* REQUIRED ACTION
Give again, word for word, each line below starting at the one that contains "#113=ORIENTED_EDGE('',*,*,#28,.T.);" and ending at the one that contains "#122=AXIS2_PLACEMENT_3D('',#120,#32,#121);".

* RECORDS PROVIDED
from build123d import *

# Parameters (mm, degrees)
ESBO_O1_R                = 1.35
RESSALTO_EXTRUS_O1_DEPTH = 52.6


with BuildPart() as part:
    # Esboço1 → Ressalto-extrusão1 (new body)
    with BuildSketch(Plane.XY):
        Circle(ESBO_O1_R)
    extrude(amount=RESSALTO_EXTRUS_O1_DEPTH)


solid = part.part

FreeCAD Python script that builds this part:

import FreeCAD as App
import Part
import Sketcher

V = App.Vector
Q = App.Units.Quantity

doc = App.newDocument("Part")
body = doc.addObject("PartDesign::Body", "Body")

sketch1 = body.newObject("Sketcher::SketchObject", "Sketch")
sketch1.AttachmentSupport = (doc.getObject("XY_Plane"), [""])
sketch1.MapMode = "FlatFace"
sketch1.addGeometry(Part.Circle(V(0, 0, 0), V(0, 0, 1), 1.4), False)
sketch1.addConstraint(Sketcher.Constraint("Coincident", 0, 3, -1, 1))
sketch1.addConstraint(Sketcher.Constraint("Diameter", 0, Q("2.7 mm")))
pad1 = body.newObject("PartDesign::Pad", "Pad")
pad1.Profile = sketch1
pad1.Length = 52.6

doc.recompute()
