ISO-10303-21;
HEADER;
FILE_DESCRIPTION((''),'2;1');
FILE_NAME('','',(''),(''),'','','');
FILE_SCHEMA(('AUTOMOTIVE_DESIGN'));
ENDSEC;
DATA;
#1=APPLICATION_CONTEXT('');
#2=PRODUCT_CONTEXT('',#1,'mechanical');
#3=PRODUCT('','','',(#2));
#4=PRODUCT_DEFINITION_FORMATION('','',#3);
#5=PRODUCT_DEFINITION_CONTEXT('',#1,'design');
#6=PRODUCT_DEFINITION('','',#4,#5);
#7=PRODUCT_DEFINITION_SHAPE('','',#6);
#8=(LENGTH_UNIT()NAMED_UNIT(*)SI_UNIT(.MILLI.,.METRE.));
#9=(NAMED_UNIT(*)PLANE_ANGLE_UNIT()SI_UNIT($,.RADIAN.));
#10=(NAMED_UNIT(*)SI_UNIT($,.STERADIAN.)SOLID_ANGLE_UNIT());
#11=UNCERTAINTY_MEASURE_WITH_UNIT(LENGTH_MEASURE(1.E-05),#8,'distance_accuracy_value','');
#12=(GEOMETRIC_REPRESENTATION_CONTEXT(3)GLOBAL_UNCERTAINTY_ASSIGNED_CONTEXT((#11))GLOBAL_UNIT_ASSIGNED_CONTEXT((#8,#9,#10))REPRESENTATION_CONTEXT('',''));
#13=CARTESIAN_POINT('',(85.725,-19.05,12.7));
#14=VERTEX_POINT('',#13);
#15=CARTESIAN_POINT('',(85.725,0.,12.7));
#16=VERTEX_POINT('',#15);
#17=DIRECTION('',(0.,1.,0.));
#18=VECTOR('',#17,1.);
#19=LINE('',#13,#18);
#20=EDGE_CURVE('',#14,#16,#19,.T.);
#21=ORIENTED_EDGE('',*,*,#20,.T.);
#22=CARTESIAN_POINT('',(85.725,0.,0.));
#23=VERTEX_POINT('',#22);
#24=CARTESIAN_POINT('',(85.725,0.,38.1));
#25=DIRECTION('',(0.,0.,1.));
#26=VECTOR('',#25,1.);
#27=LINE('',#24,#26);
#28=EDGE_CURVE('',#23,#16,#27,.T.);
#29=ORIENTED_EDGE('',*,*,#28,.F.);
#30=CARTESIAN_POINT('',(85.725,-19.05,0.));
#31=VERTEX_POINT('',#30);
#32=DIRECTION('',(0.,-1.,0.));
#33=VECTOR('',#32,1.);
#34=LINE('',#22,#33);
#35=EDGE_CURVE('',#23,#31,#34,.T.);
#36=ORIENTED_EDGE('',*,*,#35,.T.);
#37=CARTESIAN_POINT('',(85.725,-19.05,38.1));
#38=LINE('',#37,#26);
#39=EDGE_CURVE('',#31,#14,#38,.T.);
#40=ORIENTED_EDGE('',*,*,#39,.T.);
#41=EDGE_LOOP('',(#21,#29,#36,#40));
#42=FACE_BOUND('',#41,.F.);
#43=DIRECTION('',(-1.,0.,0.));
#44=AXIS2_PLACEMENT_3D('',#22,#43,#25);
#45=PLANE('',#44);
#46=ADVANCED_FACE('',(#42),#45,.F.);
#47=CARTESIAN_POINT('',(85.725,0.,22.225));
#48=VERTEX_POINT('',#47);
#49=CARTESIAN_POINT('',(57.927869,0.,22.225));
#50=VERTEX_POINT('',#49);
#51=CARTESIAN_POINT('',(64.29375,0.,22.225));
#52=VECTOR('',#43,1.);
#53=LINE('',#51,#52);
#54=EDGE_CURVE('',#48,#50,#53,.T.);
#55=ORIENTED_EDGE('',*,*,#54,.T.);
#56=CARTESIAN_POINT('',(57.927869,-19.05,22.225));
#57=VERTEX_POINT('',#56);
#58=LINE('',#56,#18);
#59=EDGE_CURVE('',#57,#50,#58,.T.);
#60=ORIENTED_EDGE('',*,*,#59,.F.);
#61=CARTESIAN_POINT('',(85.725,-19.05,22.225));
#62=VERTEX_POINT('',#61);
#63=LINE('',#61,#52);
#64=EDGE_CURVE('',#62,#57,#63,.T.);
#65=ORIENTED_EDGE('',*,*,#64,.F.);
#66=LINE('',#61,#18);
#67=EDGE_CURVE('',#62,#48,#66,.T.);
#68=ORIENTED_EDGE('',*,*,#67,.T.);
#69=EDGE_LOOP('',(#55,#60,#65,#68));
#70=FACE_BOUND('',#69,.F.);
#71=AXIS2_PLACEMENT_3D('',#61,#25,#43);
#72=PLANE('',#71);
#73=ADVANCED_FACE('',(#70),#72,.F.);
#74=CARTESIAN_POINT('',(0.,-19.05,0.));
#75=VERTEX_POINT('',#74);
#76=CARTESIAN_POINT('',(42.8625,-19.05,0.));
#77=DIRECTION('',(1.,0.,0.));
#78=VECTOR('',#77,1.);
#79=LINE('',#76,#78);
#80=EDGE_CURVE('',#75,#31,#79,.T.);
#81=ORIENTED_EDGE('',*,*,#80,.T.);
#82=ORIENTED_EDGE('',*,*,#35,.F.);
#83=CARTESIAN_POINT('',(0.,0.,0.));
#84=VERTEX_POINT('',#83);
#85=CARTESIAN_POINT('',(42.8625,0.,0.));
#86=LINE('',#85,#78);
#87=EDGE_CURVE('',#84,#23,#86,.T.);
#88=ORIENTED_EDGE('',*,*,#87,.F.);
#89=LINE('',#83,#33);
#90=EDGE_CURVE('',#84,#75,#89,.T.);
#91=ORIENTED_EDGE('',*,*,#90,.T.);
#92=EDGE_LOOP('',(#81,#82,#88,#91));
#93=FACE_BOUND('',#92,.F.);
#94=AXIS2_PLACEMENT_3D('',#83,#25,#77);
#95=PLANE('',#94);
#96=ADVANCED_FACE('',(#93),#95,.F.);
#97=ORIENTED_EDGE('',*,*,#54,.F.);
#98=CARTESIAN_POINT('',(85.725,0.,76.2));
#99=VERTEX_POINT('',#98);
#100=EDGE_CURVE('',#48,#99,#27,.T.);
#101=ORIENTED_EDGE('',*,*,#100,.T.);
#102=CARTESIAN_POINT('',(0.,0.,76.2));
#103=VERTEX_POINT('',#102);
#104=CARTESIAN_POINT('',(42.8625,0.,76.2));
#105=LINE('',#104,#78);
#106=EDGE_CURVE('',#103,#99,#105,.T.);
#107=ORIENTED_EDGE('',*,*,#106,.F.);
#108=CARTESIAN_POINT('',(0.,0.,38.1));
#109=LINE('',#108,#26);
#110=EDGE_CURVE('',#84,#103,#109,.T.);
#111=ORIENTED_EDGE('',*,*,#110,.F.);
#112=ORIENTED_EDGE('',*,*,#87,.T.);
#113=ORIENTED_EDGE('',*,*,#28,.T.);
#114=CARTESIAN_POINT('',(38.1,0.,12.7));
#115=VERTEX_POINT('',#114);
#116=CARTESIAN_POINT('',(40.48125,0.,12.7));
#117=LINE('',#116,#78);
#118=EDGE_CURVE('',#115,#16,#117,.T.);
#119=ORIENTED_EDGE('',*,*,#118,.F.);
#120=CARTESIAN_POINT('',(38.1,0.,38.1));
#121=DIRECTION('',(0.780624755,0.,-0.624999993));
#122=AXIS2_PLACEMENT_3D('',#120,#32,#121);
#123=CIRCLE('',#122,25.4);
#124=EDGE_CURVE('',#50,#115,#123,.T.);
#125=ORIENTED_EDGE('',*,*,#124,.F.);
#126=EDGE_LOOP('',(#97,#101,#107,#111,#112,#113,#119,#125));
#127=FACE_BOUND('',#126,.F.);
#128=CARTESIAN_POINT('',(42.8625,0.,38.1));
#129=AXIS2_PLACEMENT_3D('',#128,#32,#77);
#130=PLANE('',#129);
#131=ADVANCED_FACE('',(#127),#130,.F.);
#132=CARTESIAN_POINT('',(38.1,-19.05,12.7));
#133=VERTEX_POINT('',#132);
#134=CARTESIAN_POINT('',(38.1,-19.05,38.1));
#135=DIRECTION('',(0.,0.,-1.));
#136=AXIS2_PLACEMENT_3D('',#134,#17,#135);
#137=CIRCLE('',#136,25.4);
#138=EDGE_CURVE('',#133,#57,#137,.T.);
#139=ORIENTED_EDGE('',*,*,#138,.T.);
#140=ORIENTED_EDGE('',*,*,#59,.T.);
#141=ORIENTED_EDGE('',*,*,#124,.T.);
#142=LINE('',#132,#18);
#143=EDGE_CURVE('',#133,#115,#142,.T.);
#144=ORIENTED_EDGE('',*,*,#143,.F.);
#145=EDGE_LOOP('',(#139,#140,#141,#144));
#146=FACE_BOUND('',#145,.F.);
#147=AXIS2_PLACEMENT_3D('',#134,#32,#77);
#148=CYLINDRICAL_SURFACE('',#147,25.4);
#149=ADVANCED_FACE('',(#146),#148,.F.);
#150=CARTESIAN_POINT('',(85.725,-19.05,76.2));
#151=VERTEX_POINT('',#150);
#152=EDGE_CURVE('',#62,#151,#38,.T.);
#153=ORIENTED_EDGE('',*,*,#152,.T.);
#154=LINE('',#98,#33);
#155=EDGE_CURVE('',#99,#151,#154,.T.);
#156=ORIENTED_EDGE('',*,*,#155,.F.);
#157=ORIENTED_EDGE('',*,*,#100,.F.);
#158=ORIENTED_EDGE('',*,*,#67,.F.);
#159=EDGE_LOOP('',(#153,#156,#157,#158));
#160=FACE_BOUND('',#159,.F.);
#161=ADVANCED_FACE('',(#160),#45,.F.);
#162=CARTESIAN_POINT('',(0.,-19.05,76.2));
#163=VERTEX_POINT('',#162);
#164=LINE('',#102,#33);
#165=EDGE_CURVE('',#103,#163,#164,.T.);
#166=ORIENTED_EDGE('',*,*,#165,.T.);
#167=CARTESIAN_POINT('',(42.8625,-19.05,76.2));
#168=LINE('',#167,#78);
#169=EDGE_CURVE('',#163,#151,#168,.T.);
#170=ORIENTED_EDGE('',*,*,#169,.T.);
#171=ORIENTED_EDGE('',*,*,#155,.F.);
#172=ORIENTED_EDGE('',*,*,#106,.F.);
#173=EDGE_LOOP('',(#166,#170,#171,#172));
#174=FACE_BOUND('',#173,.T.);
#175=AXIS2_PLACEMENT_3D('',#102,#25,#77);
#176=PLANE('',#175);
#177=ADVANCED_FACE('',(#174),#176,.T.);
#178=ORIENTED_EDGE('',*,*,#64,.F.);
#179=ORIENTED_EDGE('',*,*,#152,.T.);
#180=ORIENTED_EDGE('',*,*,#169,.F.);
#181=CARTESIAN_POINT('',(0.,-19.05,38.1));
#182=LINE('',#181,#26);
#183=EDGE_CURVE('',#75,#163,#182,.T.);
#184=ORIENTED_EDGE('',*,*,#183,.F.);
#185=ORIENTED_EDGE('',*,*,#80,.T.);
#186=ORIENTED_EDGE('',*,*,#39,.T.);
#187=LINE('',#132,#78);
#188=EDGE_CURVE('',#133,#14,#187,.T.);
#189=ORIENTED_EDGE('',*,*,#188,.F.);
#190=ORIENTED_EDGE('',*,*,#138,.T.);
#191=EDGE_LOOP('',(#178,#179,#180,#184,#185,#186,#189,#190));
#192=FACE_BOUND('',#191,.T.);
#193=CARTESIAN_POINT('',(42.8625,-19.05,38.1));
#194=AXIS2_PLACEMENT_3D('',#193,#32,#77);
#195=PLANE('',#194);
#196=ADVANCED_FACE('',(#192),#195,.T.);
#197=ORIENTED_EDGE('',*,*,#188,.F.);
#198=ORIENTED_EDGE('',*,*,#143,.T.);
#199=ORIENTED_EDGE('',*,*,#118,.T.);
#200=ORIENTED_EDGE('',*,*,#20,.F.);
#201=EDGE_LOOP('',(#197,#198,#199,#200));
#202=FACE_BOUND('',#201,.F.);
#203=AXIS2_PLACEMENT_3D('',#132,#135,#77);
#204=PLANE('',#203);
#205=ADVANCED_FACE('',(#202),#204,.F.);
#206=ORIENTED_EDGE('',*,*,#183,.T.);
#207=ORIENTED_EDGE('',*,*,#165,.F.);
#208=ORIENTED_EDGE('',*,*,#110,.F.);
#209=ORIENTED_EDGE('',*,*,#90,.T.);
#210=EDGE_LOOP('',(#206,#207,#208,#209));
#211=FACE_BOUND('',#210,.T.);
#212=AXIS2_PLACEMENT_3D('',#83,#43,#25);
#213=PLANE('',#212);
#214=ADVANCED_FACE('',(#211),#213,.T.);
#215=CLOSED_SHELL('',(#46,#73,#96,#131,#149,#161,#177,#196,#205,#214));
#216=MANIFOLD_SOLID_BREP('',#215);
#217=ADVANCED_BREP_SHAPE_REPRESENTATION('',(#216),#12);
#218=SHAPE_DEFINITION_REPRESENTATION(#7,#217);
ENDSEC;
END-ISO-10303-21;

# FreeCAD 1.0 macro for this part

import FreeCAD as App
import Part
import Sketcher

V = App.Vector
Q = App.Units.Quantity


def add_polygon(sketch, points):
    """Adds a closed chain of lines whose ends are joined by coincident constraints."""
    first, n = sketch.GeometryCount, len(points)
    for a, b in zip(points, points[1:] + points[:1]):
        sketch.addGeometry(Part.LineSegment(App.Vector(*a, 0), App.Vector(*b, 0)), False)
    for i in range(n):
        sketch.addConstraint(Sketcher.Constraint("Coincident", first + i, 2, first + (i + 1) % n, 1))

doc = App.newDocument("Part")
body = doc.addObject("PartDesign::Body", "Body")

# Sketch on XZ plane
sketch1 = body.newObject("Sketcher::SketchObject", "Sketch")
sketch1.AttachmentSupport = (doc.getObject("XZ_Plane"), [""])
sketch1.MapMode = "FlatFace"
add_polygon(sketch1, [(0, 76), (0, 0), (86, 0), (86, 76)])  # lines 0-3
sketch1.addConstraint([
    Sketcher.Constraint("Vertical", 0),
    Sketcher.Constraint("Horizontal", 1),
    Sketcher.Constraint("Vertical", 2),
    Sketcher.Constraint("Horizontal", 3),
    Sketcher.Constraint("Coincident", 0, 2, -1, 1),
    Sketcher.Constraint("DistanceY", 0, 2, 0, 1, Q("3 in")),
    Sketcher.Constraint("DistanceX", 1, 1, 1, 2, Q("3.375 in")),
])
pad1 = body.newObject("PartDesign::Pad", "Pad")
pad1.Profile = sketch1
pad1.Length = Q("0.75 in")

# Sketch on XZ plane
sketch2 = body.newObject("Sketcher::SketchObject", "Sketch001")
sketch2.AttachmentSupport = (doc.getObject("XZ_Plane"), [""])
sketch2.MapMode = "FlatFace"
sketch2.AttachmentOffset = App.Placement(V(0, 0, 0.75 * 25.4), App.Rotation())
sketch2.addGeometry(Part.Circle(V(38, 38, 0), V(0, 0, 1), 25), False)
sketch2.addConstraint([
    Sketcher.Constraint("Diameter", 0, Q("2 in")),
    Sketcher.Constraint("DistanceX", -1, 1, 0, 3, Q("1.5 in")),
    Sketcher.Constraint("DistanceY", -1, 1, 0, 3, Q("1.5 in")),
])
pocket1 = body.newObject("PartDesign::Pocket", "Pocket")
pocket1.Profile = sketch2
pocket1.Length = Q("1 in")

# Sketch on XZ plane
sketch3 = body.newObject("Sketcher::SketchObject", "Sketch002")
sketch3.AttachmentSupport = (doc.getObject("XZ_Plane"), [""])
sketch3.MapMode = "FlatFace"
sketch3.AttachmentOffset = App.Placement(V(0, 0, 0.75 * 25.4), App.Rotation())
add_polygon(sketch3, [(86, 13), (86, 22), (58, 22), (38, 13)])  # lines 0-3
sketch3.addConstraint([
    Sketcher.Constraint("Vertical", 0),
    Sketcher.Constraint("Horizontal", 1),
    Sketcher.Constraint("Horizontal", 3),
    Sketcher.Constraint("DistanceX", -1, 1, 2, 2, Q("1.5 in")),
    Sketcher.Constraint("DistanceY", -1, 1, 2, 2, Q("0.5 in")),
    Sketcher.Constraint("DistanceX", 3, 1, 3, 2, Q("1.875 in")),
    Sketcher.Constraint("DistanceY", 0, 1, 0, 2, Q("0.375 in")),
    Sketcher.Constraint("DistanceX", 1, 2, 1, 1, 27.797131),
])
pocket2 = body.newObject("PartDesign::Pocket", "Pocket001")
pocket2.Profile = sketch3
pocket2.Length = Q("1 in")

doc.recompute()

* SOLUTION TO THE PROBLEM
#113=ORIENTED_EDGE('',*,*,#28,.T.);
#114=CARTESIAN_POINT('',(38.1,0.,12.7));
#115=VERTEX_POINT('',#114);
#116=CARTESIAN_POINT('',(40.48125,0.,12.7));
#117=LINE('',#116,#78);
#118=EDGE_CURVE('',#115,#16,#117,.T.);
#119=ORIENTED_EDGE('',*,*,#118,.F.);
#120=CARTESIAN_POINT('',(38.1,0.,38.1));
#121=DIRECTION('',(0.780624755,0.,-0.624999993));
#122=AXIS2_PLACEMENT_3D('',#120,#32,#121);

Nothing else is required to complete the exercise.